Problem requirements
Only one stretch of the listing below is wanted: every line from the first to the line containing "#375=ORIENTED_EDGE('',*,*,#374,.F.);", set down exactly.
START Material for the task
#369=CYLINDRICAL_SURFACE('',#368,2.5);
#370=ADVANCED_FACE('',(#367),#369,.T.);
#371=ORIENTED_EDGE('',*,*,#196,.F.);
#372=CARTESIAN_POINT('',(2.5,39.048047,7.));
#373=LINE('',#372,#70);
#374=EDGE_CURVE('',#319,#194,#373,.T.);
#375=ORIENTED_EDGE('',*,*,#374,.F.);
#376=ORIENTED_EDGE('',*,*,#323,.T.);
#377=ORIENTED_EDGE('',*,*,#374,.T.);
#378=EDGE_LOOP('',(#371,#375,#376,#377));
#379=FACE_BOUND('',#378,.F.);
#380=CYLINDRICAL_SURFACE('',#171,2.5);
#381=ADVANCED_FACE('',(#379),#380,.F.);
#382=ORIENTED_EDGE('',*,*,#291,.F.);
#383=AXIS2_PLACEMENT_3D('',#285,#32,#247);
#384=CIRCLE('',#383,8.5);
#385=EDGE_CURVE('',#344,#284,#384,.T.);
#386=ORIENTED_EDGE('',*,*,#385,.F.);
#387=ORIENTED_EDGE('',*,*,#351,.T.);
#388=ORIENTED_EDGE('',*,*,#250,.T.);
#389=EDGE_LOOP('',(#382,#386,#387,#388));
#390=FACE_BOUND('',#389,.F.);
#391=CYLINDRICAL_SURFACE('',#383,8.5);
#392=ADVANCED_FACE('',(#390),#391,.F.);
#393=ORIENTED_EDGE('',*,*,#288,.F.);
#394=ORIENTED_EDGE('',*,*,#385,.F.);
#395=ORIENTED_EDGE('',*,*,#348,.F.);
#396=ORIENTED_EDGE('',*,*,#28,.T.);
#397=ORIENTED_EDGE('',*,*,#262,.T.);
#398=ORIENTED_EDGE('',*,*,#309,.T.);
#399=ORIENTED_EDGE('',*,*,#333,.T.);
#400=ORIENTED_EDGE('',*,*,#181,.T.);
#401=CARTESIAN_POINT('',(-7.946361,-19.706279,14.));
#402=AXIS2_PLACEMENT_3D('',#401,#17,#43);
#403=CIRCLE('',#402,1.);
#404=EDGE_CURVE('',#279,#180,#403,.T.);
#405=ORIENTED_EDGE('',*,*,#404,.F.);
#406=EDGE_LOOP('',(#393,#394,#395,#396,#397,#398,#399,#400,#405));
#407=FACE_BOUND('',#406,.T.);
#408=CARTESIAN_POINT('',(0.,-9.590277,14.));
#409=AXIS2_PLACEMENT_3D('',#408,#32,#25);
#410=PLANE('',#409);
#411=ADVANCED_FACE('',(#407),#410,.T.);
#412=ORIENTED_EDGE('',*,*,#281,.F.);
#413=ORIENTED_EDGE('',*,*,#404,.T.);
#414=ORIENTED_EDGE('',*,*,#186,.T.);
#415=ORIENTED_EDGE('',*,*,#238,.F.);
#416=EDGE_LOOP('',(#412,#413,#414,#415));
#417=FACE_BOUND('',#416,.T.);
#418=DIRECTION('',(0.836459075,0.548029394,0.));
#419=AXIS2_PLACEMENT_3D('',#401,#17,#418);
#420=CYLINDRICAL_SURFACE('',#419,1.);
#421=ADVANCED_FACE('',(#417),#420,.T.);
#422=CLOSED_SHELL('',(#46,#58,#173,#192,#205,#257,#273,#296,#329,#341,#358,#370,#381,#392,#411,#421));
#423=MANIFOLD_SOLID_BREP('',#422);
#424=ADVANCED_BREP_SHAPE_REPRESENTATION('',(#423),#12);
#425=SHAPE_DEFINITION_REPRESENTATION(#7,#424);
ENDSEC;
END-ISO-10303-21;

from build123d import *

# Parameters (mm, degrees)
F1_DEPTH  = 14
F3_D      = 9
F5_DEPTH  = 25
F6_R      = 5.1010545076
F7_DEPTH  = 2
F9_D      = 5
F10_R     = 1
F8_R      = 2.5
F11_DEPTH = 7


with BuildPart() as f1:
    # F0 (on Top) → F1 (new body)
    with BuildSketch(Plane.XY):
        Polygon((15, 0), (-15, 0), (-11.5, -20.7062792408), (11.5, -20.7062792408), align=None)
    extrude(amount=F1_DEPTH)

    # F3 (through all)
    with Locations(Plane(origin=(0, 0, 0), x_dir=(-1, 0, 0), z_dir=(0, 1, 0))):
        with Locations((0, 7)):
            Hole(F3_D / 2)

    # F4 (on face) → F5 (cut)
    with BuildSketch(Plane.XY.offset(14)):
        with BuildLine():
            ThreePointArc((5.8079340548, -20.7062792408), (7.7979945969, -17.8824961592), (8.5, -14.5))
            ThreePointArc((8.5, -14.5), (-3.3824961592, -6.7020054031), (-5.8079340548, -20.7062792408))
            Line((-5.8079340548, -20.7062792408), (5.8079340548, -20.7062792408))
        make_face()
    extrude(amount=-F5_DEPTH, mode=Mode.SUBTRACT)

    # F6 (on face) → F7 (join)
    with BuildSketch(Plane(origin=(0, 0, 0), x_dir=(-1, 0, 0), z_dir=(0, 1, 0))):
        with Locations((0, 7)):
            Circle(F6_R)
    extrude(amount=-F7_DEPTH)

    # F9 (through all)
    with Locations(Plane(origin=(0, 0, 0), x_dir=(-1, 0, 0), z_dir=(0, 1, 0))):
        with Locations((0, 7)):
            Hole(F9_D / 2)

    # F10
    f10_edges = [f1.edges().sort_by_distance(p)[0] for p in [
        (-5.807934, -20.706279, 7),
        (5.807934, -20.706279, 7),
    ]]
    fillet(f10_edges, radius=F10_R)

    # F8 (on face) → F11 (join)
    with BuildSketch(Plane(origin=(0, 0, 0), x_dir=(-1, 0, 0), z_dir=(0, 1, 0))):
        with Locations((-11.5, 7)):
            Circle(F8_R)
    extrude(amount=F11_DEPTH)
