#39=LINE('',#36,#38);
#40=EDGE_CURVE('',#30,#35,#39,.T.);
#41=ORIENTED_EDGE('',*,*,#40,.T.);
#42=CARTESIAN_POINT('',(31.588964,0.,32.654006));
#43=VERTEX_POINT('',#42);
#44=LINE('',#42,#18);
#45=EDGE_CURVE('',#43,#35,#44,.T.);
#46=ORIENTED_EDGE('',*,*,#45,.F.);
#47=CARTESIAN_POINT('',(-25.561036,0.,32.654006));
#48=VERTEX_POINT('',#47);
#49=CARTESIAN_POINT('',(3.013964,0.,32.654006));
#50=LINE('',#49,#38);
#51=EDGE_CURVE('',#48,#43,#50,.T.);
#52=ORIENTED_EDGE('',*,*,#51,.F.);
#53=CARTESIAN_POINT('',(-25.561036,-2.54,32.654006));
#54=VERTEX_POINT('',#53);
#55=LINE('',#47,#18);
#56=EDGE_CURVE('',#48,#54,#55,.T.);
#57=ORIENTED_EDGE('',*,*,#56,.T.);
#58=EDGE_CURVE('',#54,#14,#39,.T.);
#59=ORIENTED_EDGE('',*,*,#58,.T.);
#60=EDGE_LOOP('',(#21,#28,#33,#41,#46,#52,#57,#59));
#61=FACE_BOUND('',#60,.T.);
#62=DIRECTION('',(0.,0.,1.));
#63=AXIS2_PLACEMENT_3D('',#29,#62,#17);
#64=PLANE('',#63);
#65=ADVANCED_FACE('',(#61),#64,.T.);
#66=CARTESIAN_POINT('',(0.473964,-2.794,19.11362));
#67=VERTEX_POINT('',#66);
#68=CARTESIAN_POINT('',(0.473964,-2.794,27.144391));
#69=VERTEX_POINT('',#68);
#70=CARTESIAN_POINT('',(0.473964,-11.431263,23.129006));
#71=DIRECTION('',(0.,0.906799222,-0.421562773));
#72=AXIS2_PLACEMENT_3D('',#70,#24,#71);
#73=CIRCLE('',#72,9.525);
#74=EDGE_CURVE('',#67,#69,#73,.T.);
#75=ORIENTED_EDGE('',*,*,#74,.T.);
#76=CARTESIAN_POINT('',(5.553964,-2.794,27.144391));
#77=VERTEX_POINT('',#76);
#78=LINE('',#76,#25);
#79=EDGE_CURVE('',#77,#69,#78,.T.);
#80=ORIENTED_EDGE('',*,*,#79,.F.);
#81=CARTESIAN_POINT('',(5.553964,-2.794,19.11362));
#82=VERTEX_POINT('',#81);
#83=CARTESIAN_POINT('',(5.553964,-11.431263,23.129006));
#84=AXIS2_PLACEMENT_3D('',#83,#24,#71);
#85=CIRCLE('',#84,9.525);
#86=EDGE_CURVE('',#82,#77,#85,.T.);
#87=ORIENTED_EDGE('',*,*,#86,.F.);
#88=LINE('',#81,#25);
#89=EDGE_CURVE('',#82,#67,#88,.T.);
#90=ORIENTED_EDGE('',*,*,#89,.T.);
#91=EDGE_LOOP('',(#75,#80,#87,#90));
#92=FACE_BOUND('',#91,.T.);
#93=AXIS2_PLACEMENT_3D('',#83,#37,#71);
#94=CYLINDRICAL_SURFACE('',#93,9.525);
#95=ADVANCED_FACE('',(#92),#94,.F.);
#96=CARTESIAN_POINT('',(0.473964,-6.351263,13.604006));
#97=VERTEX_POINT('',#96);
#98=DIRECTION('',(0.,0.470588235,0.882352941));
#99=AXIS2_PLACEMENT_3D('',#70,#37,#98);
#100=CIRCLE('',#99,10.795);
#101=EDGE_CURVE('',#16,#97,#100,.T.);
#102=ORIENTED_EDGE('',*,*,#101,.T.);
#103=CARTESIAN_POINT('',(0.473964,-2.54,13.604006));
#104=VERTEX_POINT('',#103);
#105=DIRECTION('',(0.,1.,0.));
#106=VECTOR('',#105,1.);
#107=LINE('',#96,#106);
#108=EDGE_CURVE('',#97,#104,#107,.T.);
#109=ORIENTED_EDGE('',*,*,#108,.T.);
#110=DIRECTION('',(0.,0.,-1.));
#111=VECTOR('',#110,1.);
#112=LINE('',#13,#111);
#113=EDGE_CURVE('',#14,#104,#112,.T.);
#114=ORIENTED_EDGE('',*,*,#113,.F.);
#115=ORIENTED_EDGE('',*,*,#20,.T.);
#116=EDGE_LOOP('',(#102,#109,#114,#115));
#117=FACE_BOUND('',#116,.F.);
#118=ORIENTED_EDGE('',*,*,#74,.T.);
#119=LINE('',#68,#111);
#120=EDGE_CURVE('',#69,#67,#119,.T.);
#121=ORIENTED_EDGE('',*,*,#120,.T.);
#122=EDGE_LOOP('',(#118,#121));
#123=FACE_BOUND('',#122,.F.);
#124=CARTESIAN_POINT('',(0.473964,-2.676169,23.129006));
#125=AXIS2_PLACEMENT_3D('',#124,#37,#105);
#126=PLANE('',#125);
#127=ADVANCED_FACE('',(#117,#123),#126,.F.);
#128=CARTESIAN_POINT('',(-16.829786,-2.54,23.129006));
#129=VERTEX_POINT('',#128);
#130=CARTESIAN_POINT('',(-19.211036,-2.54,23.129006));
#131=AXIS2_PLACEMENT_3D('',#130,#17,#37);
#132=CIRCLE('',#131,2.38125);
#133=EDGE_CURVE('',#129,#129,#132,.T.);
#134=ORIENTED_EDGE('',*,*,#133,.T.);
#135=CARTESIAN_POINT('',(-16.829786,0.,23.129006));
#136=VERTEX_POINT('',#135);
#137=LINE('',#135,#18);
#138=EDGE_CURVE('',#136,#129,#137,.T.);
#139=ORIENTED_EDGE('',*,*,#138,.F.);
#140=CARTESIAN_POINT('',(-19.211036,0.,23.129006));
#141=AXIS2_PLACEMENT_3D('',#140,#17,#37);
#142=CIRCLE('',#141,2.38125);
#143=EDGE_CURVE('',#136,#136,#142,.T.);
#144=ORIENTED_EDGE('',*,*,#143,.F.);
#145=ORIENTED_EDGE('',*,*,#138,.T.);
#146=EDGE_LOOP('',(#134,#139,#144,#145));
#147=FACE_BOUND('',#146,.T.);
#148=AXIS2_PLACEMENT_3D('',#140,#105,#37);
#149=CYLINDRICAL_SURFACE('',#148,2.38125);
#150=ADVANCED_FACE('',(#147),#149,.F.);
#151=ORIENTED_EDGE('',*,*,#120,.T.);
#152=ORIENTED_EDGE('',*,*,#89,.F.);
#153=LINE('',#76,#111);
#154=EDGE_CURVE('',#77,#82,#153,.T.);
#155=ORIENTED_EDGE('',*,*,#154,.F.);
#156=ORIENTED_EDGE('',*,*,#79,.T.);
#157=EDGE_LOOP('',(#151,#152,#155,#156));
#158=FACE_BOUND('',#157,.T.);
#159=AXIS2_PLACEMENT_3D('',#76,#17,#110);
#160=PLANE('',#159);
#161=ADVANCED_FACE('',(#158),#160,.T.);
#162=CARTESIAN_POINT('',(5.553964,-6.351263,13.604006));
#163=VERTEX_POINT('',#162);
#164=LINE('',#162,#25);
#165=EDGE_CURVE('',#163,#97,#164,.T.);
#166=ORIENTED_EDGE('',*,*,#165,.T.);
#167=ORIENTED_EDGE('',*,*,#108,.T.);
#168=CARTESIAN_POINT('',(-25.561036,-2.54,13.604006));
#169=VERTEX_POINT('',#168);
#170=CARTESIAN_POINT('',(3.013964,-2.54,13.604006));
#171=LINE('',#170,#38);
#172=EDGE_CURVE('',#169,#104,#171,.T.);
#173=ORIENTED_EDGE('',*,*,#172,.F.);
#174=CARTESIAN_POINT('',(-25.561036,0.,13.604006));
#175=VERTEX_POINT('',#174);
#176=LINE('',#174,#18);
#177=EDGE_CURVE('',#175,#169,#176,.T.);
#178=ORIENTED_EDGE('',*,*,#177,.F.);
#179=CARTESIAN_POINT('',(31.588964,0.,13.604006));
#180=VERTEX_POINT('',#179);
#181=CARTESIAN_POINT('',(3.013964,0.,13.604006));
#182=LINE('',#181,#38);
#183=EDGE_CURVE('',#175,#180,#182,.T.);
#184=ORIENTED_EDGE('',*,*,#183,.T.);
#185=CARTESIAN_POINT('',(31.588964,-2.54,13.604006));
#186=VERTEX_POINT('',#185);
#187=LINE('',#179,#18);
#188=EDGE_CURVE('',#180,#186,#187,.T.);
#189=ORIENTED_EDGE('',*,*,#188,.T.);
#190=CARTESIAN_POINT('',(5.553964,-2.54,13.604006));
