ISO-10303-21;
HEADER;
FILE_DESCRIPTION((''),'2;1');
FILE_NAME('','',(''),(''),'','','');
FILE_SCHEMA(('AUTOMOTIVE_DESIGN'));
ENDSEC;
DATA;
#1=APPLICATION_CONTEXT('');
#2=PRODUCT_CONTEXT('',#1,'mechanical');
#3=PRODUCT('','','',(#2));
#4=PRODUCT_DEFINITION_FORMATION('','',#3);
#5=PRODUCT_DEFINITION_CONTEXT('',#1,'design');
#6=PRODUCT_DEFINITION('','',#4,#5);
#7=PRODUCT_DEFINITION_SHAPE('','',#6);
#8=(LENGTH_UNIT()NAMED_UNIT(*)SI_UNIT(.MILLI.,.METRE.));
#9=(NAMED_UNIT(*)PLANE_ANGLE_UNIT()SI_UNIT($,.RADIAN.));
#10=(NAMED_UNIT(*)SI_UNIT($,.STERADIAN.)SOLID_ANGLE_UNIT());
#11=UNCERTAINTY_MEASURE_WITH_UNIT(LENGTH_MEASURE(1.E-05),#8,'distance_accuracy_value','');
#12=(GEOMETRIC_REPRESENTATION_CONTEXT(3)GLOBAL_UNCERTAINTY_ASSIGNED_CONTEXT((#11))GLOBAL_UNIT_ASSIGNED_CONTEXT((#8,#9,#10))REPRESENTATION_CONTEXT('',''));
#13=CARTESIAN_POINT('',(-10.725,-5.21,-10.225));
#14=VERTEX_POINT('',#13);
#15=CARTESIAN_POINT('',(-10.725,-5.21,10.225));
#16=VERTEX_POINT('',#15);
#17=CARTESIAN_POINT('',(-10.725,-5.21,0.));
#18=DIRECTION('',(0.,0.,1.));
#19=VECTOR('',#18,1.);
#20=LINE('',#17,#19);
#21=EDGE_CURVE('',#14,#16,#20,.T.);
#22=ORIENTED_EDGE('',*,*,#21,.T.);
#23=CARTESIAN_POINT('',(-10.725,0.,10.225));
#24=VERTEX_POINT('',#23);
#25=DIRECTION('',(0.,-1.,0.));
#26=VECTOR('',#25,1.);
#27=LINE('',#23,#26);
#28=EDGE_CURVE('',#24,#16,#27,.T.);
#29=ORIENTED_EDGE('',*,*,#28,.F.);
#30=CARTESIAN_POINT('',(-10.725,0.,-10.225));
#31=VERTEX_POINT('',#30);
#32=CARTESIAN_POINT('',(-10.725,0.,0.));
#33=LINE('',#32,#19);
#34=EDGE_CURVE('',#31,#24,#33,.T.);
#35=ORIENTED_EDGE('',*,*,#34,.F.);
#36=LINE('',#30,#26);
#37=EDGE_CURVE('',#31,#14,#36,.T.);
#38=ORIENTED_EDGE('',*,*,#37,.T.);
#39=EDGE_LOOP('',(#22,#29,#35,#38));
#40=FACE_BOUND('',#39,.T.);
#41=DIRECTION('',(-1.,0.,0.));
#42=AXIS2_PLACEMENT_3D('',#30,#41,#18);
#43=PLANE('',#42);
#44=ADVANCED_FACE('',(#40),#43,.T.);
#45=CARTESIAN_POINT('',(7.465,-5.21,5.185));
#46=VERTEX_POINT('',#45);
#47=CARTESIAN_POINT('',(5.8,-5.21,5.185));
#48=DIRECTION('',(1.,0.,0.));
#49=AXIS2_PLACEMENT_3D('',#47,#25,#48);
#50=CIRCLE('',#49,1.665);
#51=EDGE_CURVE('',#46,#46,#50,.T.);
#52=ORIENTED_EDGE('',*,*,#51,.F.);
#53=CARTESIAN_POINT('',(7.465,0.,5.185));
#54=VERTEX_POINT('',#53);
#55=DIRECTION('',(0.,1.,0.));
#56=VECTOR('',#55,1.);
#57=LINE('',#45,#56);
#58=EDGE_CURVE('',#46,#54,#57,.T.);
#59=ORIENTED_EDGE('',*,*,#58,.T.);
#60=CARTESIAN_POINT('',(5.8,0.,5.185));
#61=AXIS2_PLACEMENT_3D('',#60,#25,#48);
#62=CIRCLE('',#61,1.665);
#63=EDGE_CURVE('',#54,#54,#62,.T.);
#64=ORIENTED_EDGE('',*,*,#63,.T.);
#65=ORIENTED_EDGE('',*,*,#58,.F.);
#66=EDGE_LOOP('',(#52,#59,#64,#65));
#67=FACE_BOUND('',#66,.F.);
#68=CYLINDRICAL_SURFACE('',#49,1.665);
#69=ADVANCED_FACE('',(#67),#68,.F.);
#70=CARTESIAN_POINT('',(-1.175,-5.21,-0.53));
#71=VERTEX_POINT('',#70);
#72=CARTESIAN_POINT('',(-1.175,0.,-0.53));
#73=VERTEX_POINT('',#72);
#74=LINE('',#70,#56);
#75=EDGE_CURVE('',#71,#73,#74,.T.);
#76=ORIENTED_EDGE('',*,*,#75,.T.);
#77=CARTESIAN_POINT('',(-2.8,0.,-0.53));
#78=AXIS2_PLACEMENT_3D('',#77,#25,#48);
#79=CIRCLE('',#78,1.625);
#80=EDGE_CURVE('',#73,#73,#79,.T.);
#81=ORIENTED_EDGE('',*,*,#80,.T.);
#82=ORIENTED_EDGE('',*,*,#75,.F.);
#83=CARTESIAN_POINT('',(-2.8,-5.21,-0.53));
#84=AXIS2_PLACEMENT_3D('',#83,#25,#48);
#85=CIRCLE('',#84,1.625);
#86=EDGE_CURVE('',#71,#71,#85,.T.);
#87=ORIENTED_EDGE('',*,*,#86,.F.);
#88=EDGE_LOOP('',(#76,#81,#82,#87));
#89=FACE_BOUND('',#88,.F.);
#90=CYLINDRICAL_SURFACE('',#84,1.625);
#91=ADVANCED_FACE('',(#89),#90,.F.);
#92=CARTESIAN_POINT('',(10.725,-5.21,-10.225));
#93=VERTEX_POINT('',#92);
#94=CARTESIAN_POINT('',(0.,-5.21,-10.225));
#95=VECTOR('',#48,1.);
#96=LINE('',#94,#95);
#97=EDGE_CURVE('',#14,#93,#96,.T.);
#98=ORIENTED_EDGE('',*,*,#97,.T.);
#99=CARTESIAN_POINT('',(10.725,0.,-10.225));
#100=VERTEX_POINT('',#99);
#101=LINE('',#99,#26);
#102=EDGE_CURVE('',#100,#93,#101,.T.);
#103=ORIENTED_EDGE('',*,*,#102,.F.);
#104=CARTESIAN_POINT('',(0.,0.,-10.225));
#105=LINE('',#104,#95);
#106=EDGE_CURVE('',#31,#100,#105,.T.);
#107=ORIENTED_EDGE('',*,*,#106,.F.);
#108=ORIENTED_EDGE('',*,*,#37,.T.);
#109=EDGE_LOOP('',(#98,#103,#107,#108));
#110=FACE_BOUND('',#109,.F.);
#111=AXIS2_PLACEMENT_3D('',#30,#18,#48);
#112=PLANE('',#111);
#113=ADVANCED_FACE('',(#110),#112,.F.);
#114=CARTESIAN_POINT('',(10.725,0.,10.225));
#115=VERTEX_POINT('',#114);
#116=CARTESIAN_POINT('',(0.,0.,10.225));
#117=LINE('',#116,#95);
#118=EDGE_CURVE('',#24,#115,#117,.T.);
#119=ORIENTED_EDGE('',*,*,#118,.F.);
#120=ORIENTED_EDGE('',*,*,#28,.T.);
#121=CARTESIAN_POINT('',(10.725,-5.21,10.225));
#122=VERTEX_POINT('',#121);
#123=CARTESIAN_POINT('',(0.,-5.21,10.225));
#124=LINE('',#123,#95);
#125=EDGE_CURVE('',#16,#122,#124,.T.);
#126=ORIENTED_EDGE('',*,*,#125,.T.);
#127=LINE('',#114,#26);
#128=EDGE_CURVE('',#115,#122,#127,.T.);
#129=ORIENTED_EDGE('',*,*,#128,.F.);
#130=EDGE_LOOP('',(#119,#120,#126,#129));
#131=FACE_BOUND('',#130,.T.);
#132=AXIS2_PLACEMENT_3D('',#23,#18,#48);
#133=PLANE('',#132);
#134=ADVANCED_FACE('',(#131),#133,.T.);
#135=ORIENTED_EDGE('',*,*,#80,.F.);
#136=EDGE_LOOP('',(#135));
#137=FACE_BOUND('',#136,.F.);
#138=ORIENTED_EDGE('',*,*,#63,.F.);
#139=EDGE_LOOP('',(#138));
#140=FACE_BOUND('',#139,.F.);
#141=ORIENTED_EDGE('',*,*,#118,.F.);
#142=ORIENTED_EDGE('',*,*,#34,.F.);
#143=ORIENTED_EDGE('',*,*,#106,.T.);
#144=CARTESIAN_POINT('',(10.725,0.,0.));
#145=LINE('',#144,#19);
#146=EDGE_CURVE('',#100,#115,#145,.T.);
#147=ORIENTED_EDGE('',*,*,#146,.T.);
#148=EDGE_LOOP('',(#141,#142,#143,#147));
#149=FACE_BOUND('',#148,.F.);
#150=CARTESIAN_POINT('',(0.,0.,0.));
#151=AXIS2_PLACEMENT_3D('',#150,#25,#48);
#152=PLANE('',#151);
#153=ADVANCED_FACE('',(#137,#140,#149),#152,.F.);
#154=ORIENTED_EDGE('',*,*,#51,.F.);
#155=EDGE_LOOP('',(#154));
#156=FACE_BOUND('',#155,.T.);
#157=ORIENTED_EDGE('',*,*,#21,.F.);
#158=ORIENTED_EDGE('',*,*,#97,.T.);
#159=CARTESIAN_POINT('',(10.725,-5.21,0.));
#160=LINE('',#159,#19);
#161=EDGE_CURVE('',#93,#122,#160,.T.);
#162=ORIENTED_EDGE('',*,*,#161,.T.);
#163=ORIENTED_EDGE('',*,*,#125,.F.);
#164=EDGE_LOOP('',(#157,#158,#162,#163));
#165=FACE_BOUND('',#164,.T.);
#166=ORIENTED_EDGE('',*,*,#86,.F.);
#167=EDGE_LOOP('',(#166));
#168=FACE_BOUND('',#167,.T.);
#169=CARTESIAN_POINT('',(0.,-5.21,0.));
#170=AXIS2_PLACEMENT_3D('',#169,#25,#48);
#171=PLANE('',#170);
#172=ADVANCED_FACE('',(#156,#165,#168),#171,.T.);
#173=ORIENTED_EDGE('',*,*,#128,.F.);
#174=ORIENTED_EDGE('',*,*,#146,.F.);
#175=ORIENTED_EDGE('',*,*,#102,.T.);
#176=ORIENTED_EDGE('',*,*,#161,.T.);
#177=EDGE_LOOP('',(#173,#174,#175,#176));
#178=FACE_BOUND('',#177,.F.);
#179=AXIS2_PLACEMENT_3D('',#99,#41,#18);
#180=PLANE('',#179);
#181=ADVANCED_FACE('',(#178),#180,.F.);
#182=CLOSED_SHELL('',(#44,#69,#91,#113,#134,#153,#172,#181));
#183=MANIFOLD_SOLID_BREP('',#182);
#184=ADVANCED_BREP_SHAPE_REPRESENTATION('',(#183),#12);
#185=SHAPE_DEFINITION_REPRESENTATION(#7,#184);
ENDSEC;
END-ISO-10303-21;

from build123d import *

# Parameters (mm, degrees)
F0_W     = 21.45
F0_H     = 20.45
F1_DEPTH = 5.21
F3_R     = 1.625
F2_R     = 1.665
F4_DEPTH = 5.211


with BuildPart() as f1:
    # F0 (on Front) → F1 (new body)
    with BuildSketch(Plane.XZ):
        Rectangle(F0_W, F0_H)
    extrude(amount=F1_DEPTH)

    # F3 (on face) + F2 (on face) → F4 (cut, through all)
    with BuildSketch(Plane.XZ.offset(5.21)):
        with Locations((-2.8, -0.53)):
            Circle(F3_R)
    with BuildSketch(Plane.XZ.offset(5.21)):
        with Locations((5.8, 5.185)):
            Circle(F2_R)
    extrude(amount=-F4_DEPTH, mode=Mode.SUBTRACT)


solid = f1.part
END Material for the task
Task response
#369=CYLINDRICAL_SURFACE('',#368,2.5);
#370=ADVANCED_FACE('',(#367),#369,.T.);
#371=ORIENTED_EDGE('',*,*,#196,.F.);
#372=CARTESIAN_POINT('',(2.5,39.048047,7.));
#373=LINE('',#372,#70);
#374=EDGE_CURVE('',#319,#194,#373,.T.);
#375=ORIENTED_EDGE('',*,*,#374,.F.);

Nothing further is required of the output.